Collected data entries:
=== Begin Enclosure ===
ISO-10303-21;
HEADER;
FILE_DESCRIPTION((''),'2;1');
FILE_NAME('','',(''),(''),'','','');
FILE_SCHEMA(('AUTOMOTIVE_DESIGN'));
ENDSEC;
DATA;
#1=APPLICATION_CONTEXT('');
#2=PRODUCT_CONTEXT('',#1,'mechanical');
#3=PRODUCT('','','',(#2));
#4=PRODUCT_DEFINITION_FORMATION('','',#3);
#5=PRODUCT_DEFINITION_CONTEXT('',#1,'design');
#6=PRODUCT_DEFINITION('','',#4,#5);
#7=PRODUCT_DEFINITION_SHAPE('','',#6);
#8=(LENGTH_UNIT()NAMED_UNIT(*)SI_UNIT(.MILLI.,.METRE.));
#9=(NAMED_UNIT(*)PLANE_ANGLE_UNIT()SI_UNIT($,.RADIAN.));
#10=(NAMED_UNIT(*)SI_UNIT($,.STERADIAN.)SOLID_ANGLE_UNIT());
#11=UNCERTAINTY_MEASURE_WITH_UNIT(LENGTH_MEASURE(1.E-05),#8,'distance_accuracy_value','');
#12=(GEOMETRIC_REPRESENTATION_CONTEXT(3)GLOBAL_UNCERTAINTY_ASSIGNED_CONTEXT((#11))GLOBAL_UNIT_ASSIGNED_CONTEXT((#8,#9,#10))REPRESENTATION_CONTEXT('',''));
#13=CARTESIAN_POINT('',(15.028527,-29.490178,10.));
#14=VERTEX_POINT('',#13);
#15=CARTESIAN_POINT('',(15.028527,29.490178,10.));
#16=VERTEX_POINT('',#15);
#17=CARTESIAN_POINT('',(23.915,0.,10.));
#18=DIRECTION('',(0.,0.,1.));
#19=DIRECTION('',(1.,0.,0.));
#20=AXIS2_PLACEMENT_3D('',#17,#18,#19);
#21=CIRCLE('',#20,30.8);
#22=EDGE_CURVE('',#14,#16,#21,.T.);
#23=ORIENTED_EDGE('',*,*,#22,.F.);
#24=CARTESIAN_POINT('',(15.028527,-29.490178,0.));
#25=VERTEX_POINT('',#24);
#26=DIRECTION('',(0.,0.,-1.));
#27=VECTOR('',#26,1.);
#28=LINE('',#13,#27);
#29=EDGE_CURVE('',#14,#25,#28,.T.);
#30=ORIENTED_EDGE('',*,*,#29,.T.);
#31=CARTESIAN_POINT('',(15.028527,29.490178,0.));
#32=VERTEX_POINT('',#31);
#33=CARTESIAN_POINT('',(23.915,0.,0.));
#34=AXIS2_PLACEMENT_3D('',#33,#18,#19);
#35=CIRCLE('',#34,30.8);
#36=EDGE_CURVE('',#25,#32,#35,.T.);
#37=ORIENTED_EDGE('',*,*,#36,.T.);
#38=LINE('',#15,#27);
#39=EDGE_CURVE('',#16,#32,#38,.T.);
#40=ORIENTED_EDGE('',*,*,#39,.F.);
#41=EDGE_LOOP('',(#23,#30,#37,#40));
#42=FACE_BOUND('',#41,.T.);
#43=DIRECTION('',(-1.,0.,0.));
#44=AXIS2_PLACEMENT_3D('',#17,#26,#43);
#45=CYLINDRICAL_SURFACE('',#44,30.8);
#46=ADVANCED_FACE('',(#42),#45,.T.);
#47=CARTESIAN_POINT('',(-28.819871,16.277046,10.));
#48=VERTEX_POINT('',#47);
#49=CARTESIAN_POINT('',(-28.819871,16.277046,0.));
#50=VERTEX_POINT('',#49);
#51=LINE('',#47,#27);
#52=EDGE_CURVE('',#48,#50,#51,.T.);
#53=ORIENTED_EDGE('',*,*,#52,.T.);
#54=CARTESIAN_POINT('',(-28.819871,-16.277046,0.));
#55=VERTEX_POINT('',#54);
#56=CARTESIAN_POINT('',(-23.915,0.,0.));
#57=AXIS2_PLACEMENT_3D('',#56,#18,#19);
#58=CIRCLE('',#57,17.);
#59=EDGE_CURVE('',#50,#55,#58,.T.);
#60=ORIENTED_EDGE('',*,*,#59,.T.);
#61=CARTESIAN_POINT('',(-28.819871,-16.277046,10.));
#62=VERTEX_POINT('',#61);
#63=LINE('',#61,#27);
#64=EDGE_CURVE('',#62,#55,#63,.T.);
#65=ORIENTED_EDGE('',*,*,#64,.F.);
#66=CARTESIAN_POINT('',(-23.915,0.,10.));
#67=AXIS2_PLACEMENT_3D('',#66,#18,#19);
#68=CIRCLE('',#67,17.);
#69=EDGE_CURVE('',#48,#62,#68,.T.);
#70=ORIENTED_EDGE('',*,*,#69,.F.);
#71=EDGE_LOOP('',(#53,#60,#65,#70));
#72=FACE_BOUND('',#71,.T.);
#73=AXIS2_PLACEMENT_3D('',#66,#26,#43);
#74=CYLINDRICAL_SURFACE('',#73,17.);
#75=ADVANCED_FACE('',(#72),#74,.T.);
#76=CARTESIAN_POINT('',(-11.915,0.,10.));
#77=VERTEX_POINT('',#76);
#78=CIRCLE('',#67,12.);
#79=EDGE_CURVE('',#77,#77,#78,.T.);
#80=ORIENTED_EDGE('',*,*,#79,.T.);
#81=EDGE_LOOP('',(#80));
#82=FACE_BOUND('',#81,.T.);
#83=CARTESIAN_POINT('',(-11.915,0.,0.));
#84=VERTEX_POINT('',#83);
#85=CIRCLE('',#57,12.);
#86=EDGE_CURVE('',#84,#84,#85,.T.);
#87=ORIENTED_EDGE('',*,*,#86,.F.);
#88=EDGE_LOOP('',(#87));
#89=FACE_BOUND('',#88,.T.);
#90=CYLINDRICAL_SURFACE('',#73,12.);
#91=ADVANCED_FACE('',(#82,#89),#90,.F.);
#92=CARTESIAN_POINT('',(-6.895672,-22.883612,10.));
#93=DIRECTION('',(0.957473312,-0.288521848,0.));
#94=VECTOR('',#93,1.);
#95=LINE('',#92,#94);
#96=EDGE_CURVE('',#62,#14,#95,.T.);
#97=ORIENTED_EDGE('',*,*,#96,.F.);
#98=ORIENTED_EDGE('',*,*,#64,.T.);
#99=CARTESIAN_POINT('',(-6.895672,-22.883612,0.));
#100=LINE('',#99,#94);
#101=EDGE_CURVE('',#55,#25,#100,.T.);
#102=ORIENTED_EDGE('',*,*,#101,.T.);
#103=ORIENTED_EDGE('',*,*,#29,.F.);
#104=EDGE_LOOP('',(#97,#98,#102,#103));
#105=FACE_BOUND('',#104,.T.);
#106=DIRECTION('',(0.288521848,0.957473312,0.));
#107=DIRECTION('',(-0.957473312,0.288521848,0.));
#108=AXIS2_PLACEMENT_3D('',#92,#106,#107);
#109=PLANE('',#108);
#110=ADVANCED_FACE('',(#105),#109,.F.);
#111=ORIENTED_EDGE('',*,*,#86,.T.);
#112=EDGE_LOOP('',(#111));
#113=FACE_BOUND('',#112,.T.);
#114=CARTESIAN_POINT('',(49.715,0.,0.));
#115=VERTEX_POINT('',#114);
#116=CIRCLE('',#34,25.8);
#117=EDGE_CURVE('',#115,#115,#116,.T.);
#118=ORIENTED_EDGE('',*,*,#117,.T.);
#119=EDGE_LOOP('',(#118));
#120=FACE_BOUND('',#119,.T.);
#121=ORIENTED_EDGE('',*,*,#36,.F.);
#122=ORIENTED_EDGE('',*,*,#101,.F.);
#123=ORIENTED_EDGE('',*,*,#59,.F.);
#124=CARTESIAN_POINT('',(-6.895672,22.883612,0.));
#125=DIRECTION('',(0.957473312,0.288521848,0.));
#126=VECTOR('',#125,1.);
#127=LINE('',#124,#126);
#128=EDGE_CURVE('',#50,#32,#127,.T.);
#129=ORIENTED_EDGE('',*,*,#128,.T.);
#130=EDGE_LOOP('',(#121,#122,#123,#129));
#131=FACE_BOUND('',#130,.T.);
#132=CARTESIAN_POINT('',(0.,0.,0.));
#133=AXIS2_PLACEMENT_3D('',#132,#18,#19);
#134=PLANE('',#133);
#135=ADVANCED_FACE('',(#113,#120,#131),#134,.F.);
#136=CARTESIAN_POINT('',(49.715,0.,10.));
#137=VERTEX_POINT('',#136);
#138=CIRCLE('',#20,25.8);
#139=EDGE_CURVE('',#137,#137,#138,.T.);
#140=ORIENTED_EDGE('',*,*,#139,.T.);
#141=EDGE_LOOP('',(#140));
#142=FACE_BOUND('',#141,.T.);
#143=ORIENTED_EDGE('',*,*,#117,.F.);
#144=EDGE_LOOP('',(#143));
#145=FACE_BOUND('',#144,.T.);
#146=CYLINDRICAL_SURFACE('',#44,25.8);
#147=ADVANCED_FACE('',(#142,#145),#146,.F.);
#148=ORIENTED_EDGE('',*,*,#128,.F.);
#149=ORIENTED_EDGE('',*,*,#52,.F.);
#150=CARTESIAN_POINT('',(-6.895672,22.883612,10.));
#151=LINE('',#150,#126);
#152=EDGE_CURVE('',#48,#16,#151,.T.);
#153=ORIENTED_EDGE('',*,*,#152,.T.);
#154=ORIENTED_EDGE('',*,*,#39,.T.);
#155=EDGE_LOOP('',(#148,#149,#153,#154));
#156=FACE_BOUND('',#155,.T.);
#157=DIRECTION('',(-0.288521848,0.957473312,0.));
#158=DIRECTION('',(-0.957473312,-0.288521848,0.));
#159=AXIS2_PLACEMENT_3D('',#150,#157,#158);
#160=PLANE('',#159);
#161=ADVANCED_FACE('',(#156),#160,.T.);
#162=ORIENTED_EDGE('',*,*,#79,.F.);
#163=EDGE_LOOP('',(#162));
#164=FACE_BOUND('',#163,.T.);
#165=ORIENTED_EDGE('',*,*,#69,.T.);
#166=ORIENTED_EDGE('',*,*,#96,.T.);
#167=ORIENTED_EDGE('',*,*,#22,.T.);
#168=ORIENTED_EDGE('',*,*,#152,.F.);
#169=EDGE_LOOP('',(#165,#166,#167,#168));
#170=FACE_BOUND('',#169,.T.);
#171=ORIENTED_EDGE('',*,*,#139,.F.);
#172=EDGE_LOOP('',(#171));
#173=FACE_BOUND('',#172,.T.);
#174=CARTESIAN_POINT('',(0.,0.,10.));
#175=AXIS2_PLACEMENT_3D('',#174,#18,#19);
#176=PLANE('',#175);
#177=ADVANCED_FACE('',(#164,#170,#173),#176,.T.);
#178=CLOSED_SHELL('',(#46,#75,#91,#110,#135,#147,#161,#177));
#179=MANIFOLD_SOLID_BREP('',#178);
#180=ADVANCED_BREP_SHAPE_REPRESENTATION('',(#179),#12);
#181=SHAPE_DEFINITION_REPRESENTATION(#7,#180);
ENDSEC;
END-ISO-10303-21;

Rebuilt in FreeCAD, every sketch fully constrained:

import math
import FreeCAD as App
import Part
import Sketcher
from FreeCAD import Vector
Q = App.Units.Quantity

doc = App.newDocument("Part")
body = doc.addObject("PartDesign::Body", "Body")

sketch1 = body.newObject("Sketcher::SketchObject", "Sketch")
sketch1.AttachmentSupport = (doc.getObject("XY_Plane"), [""])
sketch1.MapMode = "FlatFace"
sketch1.addGeometry([
    Part.LineSegment(Vector(15, 29, 0), Vector(-29, 16, 0)),
    Part.ArcOfCircle(Part.Circle(Vector(-24, 0, 0), Vector(0, 0, 1), 17), math.radians(107), math.radians(253)),
    Part.LineSegment(Vector(-29, -16, 0), Vector(15, -29, 0)),
    Part.ArcOfCircle(Part.Circle(Vector(24, 0, 0), Vector(0, 0, 1), 31), math.radians(-107), math.radians(107)),
    Part.Circle(Vector(24, 0, 0), Vector(0, 0, 1), 26),
    Part.Circle(Vector(-24, 0, 0), Vector(0, 0, 1), 12),
], False)
sketch1.addConstraint([
    Sketcher.Constraint("Tangent", 0, 2, 1, 1),
    Sketcher.Constraint("Tangent", 1, 2, 2, 1),
    Sketcher.Constraint("Tangent", 2, 2, 3, 1),
    Sketcher.Constraint("Tangent", 3, 2, 0, 1),
    Sketcher.Constraint("Coincident", 4, 3, 3, 3),
    Sketcher.Constraint("Coincident", 5, 3, 1, 3),
    Sketcher.Constraint("Symmetric", 1, 3, 3, 3, -1, 1),
    Sketcher.Constraint("PointOnObject", 1, 3, -1),
    Sketcher.Constraint("Diameter", 5, Q("24 mm")),
    Sketcher.Constraint("Radius", 1, Q("17 mm")),
    Sketcher.Constraint("Diameter", 4, Q("51.6 mm")),
    Sketcher.Constraint("Radius", 3, Q("30.8 mm")),
    Sketcher.Constraint("DistanceX", 1, 3, 3, 3, Q("47.83 mm")),
])
pad1 = body.newObject("PartDesign::Pad", "Pad")
pad1.Profile = sketch1
pad1.Length = 10

doc.recompute()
=== End Enclosure ===
* **ABOUT THIS TASK**
Retype the records above, but only those lines that fall between the line containing "#68=CIRCLE('',#67,17.);" and the line containing "#80=ORIENTED_EDGE('',*,*,#79,.T.);", with both of those lines included, exactly as written.

* **ANSWER SPACE**
#68=CIRCLE('',#67,17.);
#69=EDGE_CURVE('',#48,#62,#68,.T.);
#70=ORIENTED_EDGE('',*,*,#69,.F.);
#71=EDGE_LOOP('',(#53,#60,#65,#70));
#72=FACE_BOUND('',#71,.T.);
#73=AXIS2_PLACEMENT_3D('',#66,#26,#43);
#74=CYLINDRICAL_SURFACE('',#73,17.);
#75=ADVANCED_FACE('',(#72),#74,.T.);
#76=CARTESIAN_POINT('',(-11.915,0.,10.));
#77=VERTEX_POINT('',#76);
#78=CIRCLE('',#67,12.);
#79=EDGE_CURVE('',#77,#77,#78,.T.);
#80=ORIENTED_EDGE('',*,*,#79,.T.);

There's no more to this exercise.